BIOGRAPHICAL SKETCHES

COLLINS Family

A wave of covered wagons began their westward flow from the northern and eastern states into the southwest soon after the close of the Civil War. One of those wagons carried the household belongings of a Northern widow - widow of a missionary, who with her two small sons were on their way to a new home,  new surroundings, new hardships, and new difficulties to a tract of land located in the northern part of the State of Texas - Grayson County - to what was to be Collinsville.

This widow was Mrs. Lodoweska Collins from Ann Arbor, Michigan. Her husband, Rev. Walter D. Collins, missionary of the Methodist church, had been superintendent of education for the Cherokee and Choctaw Indians. It was while aiding her husband in his work in the Indian Territory that Mrs. Collins became vastly interested in the promotion of education. It was here that her two sons, Alpheus R. and Charles Collins were born.

Mr. & Mrs. Collins had planned to make the long journey to their new home in the Southwest together but Mr. Collin's health failed and he had to give up his work with the Indians and return to Ann Arbor, where he died.

Mrs.

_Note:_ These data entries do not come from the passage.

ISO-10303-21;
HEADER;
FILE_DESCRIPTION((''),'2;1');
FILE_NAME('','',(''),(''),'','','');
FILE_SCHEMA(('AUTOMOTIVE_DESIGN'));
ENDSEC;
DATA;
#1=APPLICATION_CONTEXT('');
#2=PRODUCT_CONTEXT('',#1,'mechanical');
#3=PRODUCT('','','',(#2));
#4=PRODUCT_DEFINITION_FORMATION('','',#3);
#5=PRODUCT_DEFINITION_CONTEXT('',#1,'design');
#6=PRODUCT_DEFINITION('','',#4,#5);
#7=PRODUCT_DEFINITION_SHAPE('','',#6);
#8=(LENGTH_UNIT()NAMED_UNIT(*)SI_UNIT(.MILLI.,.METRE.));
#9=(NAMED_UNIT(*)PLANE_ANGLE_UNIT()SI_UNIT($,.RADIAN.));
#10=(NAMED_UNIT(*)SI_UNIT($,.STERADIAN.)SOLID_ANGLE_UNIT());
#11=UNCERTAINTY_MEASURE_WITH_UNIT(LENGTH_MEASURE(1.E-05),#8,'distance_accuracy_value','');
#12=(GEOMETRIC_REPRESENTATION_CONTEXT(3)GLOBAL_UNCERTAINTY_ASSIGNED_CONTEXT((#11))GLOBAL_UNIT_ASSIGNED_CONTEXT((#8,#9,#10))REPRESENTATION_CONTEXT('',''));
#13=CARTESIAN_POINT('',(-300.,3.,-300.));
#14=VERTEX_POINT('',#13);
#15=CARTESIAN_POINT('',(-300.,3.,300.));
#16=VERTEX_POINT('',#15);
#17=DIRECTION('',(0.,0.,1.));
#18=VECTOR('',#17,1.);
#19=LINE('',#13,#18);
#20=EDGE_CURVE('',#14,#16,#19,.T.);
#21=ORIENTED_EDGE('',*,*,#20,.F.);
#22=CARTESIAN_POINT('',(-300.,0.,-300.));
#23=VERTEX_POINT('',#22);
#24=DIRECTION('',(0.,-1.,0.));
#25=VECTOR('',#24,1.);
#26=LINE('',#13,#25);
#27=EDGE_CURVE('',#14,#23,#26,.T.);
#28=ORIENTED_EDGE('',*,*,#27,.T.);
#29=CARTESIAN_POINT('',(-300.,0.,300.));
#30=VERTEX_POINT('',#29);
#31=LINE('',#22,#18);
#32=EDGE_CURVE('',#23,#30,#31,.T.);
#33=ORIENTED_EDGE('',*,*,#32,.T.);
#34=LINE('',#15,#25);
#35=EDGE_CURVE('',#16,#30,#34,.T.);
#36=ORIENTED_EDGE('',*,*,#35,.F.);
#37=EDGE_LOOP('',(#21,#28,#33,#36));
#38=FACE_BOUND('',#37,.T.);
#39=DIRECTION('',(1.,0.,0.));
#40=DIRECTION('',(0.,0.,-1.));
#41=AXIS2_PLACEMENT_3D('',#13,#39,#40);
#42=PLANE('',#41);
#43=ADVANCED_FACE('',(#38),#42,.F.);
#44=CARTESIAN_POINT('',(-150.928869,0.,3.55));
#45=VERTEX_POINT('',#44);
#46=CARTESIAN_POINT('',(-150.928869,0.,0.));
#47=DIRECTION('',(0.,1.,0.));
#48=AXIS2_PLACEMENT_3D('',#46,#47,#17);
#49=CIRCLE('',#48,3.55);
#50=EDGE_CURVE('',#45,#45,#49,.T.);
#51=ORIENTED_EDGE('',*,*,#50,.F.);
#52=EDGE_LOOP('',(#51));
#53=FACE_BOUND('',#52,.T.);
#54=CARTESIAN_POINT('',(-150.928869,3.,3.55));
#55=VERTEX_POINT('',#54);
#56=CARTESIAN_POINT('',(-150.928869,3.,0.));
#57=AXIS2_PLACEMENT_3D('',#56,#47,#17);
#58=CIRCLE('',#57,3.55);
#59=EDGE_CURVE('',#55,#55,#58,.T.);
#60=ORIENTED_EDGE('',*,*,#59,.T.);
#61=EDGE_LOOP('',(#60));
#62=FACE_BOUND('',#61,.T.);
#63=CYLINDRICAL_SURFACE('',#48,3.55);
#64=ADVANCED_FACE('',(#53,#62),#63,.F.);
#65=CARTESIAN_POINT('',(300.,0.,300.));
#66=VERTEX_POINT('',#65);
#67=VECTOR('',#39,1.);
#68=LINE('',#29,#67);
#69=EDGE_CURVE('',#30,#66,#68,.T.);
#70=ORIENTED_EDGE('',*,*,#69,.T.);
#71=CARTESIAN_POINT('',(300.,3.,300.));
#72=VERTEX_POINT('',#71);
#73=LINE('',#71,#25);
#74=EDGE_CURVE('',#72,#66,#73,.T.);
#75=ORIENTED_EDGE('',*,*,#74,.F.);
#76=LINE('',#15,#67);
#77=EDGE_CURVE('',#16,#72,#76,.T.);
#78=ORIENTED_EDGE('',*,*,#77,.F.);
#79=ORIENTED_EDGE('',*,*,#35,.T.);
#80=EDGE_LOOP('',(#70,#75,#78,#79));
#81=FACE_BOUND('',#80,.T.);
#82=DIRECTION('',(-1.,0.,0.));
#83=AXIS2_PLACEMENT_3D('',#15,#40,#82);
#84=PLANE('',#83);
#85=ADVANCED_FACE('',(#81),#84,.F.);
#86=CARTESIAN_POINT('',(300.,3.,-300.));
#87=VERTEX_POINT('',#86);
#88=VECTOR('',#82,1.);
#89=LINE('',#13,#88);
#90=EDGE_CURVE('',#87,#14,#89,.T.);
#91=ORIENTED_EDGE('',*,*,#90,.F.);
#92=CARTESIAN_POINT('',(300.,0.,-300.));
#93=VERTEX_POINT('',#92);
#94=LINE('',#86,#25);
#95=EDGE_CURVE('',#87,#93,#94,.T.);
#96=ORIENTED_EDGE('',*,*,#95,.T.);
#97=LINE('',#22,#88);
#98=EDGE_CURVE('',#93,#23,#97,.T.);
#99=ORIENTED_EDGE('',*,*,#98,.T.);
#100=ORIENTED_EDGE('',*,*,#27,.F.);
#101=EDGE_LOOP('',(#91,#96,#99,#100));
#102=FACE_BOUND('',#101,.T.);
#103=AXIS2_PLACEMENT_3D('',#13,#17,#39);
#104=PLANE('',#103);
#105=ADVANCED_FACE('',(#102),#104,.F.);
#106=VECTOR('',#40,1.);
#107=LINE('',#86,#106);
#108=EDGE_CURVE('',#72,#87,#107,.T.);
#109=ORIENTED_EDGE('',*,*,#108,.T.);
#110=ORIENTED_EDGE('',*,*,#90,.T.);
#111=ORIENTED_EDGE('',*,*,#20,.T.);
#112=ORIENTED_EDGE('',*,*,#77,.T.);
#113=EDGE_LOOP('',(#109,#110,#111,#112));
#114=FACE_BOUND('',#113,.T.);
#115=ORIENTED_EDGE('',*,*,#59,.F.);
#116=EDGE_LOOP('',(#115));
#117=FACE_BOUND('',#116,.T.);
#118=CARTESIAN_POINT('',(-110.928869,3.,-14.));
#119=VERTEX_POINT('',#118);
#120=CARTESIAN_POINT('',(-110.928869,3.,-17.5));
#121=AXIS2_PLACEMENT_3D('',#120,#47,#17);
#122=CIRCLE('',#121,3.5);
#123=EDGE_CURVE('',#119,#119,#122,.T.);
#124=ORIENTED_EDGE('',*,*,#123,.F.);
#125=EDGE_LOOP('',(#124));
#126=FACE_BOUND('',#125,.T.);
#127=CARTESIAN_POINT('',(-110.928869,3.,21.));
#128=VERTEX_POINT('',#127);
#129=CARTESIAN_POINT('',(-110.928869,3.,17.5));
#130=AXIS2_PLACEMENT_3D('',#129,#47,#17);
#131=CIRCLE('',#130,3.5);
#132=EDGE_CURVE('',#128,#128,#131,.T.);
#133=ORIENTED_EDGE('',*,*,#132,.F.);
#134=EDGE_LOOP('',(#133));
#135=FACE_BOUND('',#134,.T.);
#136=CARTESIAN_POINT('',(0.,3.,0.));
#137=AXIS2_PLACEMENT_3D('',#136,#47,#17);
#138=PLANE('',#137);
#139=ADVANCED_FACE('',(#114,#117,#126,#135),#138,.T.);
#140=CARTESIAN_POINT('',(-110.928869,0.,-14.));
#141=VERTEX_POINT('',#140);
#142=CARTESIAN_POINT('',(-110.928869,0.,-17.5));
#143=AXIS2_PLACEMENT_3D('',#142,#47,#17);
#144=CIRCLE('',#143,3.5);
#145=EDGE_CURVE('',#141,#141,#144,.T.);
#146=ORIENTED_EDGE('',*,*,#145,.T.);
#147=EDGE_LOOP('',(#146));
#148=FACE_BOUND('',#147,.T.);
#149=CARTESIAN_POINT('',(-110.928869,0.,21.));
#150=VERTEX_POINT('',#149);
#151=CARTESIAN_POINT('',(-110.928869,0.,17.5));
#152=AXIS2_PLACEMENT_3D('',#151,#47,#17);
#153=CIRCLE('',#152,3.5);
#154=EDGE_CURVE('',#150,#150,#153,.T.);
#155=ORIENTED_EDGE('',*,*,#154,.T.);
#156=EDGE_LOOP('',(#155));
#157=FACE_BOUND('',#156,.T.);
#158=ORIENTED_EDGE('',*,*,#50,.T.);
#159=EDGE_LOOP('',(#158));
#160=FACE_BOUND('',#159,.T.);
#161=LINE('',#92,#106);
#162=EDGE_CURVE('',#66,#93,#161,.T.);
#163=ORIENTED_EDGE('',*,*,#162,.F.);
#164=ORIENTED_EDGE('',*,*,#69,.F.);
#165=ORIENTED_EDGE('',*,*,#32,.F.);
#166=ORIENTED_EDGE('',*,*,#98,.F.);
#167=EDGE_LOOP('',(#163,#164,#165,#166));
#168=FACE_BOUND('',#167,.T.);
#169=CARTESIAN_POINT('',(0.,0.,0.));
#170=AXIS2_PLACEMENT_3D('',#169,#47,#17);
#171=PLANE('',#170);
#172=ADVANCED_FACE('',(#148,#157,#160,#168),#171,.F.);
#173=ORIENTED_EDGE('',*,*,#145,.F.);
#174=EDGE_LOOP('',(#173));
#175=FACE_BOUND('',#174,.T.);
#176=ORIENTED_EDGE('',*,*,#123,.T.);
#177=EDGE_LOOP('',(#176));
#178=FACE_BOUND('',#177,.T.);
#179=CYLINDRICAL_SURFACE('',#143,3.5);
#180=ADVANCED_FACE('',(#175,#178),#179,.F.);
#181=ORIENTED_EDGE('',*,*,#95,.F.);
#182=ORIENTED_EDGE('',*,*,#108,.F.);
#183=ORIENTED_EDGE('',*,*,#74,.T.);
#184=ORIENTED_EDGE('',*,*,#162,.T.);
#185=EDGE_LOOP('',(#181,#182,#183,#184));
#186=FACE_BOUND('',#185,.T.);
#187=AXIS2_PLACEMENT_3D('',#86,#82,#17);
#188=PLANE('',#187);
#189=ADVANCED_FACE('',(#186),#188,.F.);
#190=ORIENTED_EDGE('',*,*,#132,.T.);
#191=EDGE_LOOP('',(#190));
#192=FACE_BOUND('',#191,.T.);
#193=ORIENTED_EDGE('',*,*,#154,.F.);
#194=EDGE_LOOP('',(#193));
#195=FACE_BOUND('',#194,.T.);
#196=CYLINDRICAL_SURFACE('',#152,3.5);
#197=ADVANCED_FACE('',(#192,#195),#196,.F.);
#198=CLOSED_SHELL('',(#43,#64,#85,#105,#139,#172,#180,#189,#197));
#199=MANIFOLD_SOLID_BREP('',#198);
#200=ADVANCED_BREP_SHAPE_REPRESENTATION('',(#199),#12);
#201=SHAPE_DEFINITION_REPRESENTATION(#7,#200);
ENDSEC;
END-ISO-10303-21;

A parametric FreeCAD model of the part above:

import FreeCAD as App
import Part
import Sketcher

V = App.Vector
Q = App.Units.Quantity


def add_polygon(sketch, points):
    """Adds a closed chain of lines whose ends are joined by coincident constraints."""
    first, n = sketch.GeometryCount, len(points)
    for a, b in zip(points, points[1:] + points[:1]):
        sketch.addGeometry(Part.LineSegment(App.Vector(*a, 0), App.Vector(*b, 0)), False)
    for i in range(n):
        sketch.addConstraint(Sketcher.Constraint("Coincident", first + i, 2, first + (i + 1) % n, 1))

doc = App.newDocument("Part")
body = doc.addObject("PartDesign::Body", "Body")

# Sketch on XZ plane
sketch1 = body.newObject("Sketcher::SketchObject", "Sketch")
sketch1.AttachmentSupport = (doc.getObject("XZ_Plane"), [""])
sketch1.MapMode = "FlatFace"
add_polygon(sketch1, [(-300, -300), (-300, 300), (300, 300), (300, -300)])  # lines 0-3
sketch1.addConstraint([
    Sketcher.Constraint("Vertical", 0),
    Sketcher.Constraint("Horizontal", 1),
    Sketcher.Constraint("Vertical", 2),
    Sketcher.Constraint("Horizontal", 3),
    Sketcher.Constraint("Symmetric", 0, 2, 2, 2, -1, 1),
    Sketcher.Constraint("Equal", 3, 0),
    Sketcher.Constraint("DistanceX", 1, 1, 1, 2, Q("600 mm")),
])
pad1 = body.newObject("PartDesign::Pad", "Pad")
pad1.Profile = sketch1
pad1.Length = 3
pad1.Reversed = True

# Sketch on XZ plane
sketch2 = body.newObject("Sketcher::SketchObject", "Sketch001")
sketch2.AttachmentSupport = (doc.getObject("XZ_Plane"), [""])
sketch2.MapMode = "FlatFace"
sketch2.AttachmentOffset = App.Placement(V(0, 0, -3), App.Rotation())
sketch2.addGeometry([
    Part.Circle(V(-110.928869, 17.5, 0), V(0, 0, 1), 3.5),
    Part.Circle(V(-110.928869, -17.5, 0), V(0, 0, 1), 3.5),
], False)
sketch2.addConstraint([
    Sketcher.Constraint("Equal", 0, 1),
    Sketcher.Constraint("Symmetric", 0, 3, 1, 3, -1),
    Sketcher.Constraint("Diameter", 0, Q("7 mm")),
    Sketcher.Constraint("DistanceY", 1, 3, 0, 3, Q("35 mm")),
    Sketcher.Constraint("DistanceX", 0, 3, -1, 1, Q("110.928869 mm")),
])
pocket1 = body.newObject("PartDesign::Pocket", "Pocket")
pocket1.Profile = sketch2
pocket1.Type = "ThroughAll"
pocket1.Midplane = True

# Sketch on XZ plane
sketch3 = body.newObject("Sketcher::SketchObject", "Sketch002")
sketch3.AttachmentSupport = (doc.getObject("XZ_Plane"), [""])
sketch3.MapMode = "FlatFace"
sketch3.AttachmentOffset = App.Placement(V(0, 0, -3), App.Rotation())
sketch3.addGeometry(Part.Circle(V(-150.928869, 0, 0), V(0, 0, 1), 3.55), False)
sketch3.addConstraint([
    Sketcher.Constraint("PointOnObject", 0, 3, -1),
    Sketcher.Constraint("Diameter", 0, Q("7.1 mm")),
    Sketcher.Constraint("DistanceX", 0, 3, -1, 1, Q("150.928869 mm")),
])
pocket2 = body.newObject("PartDesign::Pocket", "Pocket001")
pocket2.Profile = sketch3
pocket2.Type = "ThroughAll"
pocket2.Midplane = True

doc.recompute()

Collins remained in Ann Arbor, Michigan, teaching so that her sons might have better educational advantages until after the Civil War.

On her arrival in Grayson County, she immediately took up her philanthropy work. Here she opened and taught, at her own expense, the first free school in the state of Texas.

Mrs. Collins sons grew to manhood, entered various business enterprises and were successful. Alpheus R. Collins drew off and gave the community the town site that is Collinsville today. Before this time the town had been callled 'Toadsuck'. Charles Collins was instrumental in locating the first post office in Collinsville.

In 1877, Mrs. Collins accompanied her son, Charles, to California where he died. She returned and for a time made her home with Mr. and Mrs. John Dorchester at Sherman before going to live with her other son, Alpheus, who had moved to Denison and married Miss Hattie Daugherty of that city. The Daugherty family moved from Michigan where the two young people had met at Albion College where they both were students at that institution.

Mrs. Collins' later years were spent in church and social welfare work in Denison. She died at the home of her son in 1960. Funeral services were held at the Methodist Episcopal Church, North; interment was in the Fairview cemetery, Denison, Texas.





Alpehus Remember Collins became one of the most prominet and successful men of Denison. He was interested in real estate, banking, and thoroughbred stock-raising.


A. R. Collins' business card
He owned the A. R. Collins' Block at 511-513 West Main Street.